◆ Exercise details ◆
Exact reproduction required: the lines below from the line with "f 211 217 372" to the line with "f 56 69 386", both ends included, and no others.

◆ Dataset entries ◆
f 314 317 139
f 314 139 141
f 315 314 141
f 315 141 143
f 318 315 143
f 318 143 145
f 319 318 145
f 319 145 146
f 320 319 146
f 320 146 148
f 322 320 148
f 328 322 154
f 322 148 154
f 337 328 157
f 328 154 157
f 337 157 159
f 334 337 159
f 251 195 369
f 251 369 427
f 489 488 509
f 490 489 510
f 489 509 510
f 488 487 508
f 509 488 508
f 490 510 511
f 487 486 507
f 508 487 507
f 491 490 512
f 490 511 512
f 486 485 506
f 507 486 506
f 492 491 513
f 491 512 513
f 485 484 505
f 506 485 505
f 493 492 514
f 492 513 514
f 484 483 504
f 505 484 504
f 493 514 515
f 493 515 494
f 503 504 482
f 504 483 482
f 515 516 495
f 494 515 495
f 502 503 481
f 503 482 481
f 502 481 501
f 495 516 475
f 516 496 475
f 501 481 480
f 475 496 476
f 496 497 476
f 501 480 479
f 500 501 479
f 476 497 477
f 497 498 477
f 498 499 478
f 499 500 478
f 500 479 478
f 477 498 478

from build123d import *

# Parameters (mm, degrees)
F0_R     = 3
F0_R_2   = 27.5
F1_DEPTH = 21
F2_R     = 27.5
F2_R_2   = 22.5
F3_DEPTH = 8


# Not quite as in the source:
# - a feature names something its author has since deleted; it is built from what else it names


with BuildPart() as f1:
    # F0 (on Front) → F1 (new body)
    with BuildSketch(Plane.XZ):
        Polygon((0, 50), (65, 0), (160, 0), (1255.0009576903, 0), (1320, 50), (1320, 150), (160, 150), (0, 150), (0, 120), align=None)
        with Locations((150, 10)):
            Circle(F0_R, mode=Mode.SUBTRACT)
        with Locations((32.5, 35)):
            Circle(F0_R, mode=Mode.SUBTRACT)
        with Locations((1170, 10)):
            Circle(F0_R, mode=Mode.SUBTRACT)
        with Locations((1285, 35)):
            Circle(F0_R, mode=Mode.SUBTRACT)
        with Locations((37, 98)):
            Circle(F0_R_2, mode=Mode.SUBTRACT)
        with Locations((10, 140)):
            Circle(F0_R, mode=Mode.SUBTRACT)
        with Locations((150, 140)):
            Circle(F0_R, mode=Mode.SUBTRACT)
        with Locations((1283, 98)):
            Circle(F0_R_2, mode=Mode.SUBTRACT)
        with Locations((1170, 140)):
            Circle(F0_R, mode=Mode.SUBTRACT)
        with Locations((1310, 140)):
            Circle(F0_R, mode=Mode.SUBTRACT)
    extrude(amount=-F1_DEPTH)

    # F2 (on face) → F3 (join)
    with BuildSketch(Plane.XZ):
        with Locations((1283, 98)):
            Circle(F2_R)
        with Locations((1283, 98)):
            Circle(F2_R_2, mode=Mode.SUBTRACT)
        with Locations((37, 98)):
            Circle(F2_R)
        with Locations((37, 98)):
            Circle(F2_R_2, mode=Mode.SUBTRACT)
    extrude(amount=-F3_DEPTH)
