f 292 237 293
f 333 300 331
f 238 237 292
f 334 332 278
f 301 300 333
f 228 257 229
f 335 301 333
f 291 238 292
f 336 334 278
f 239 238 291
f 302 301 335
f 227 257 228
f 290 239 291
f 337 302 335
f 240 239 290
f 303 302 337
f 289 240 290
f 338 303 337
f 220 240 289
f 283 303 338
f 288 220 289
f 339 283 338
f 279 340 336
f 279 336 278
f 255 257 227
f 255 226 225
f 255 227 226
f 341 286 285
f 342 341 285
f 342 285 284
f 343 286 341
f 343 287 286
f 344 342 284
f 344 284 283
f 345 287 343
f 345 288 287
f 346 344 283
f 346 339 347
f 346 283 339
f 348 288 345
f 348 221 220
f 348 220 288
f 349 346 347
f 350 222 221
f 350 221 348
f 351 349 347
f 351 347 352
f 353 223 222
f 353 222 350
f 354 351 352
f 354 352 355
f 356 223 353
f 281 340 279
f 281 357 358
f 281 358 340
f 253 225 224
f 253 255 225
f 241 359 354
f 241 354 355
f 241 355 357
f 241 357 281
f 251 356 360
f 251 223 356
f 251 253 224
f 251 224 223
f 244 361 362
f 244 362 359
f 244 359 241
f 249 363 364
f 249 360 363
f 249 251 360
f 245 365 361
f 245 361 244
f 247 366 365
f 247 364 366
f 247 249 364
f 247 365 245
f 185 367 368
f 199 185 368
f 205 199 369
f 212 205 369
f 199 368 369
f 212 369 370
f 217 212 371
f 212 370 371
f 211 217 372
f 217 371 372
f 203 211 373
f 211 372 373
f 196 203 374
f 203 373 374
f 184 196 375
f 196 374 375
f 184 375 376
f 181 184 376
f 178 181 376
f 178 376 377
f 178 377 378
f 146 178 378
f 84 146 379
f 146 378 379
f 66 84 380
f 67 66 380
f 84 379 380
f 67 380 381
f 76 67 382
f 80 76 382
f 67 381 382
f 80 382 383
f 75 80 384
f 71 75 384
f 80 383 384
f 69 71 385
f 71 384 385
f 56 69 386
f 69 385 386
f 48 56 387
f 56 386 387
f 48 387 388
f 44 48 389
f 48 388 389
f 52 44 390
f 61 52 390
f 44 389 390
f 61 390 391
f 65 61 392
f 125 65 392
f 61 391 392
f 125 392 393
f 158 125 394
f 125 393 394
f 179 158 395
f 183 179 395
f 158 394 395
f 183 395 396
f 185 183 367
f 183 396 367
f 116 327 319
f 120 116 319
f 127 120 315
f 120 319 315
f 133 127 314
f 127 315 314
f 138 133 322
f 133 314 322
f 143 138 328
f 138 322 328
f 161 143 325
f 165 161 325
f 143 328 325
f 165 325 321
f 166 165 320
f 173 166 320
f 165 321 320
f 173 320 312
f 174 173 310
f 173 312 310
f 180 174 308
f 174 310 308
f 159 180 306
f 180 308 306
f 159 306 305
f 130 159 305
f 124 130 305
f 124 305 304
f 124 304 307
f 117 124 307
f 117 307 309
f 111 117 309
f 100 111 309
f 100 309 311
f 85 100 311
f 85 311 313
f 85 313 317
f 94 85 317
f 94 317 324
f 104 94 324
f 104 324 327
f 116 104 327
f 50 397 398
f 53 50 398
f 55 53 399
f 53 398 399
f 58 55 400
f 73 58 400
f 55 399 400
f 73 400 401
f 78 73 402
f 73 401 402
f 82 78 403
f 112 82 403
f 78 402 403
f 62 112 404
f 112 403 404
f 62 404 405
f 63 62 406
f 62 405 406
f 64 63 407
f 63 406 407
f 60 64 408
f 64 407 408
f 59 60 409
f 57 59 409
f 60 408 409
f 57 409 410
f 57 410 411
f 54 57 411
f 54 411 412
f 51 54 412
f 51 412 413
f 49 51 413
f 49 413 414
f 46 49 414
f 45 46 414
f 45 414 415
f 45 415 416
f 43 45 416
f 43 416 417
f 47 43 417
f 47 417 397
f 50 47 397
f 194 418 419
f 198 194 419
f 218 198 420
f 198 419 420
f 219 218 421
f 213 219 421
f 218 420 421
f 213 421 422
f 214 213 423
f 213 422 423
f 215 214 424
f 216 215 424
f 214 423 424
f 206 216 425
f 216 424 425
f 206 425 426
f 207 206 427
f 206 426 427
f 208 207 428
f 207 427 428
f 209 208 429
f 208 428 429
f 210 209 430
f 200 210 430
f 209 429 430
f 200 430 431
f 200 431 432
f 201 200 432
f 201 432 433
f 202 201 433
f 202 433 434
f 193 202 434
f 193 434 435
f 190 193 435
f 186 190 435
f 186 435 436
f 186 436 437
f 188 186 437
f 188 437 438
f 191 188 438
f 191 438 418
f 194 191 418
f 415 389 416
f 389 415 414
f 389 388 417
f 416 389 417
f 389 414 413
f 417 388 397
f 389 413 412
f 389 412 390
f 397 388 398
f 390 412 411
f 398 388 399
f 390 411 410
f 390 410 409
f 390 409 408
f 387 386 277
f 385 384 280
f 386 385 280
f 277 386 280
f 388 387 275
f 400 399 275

◆ Exercise result ◆
f 211 217 372
f 217 371 372
f 203 211 373
f 211 372 373
f 196 203 374
f 203 373 374
f 184 196 375
f 196 374 375
f 184 375 376
f 181 184 376
f 178 181 376
f 178 376 377
f 178 377 378
f 146 178 378
f 84 146 379
f 146 378 379
f 66 84 380
f 67 66 380
f 84 379 380
f 67 380 381
f 76 67 382
f 80 76 382
f 67 381 382
f 80 382 383
f 75 80 384
f 71 75 384
f 80 383 384
f 69 71 385
f 71 384 385
f 56 69 386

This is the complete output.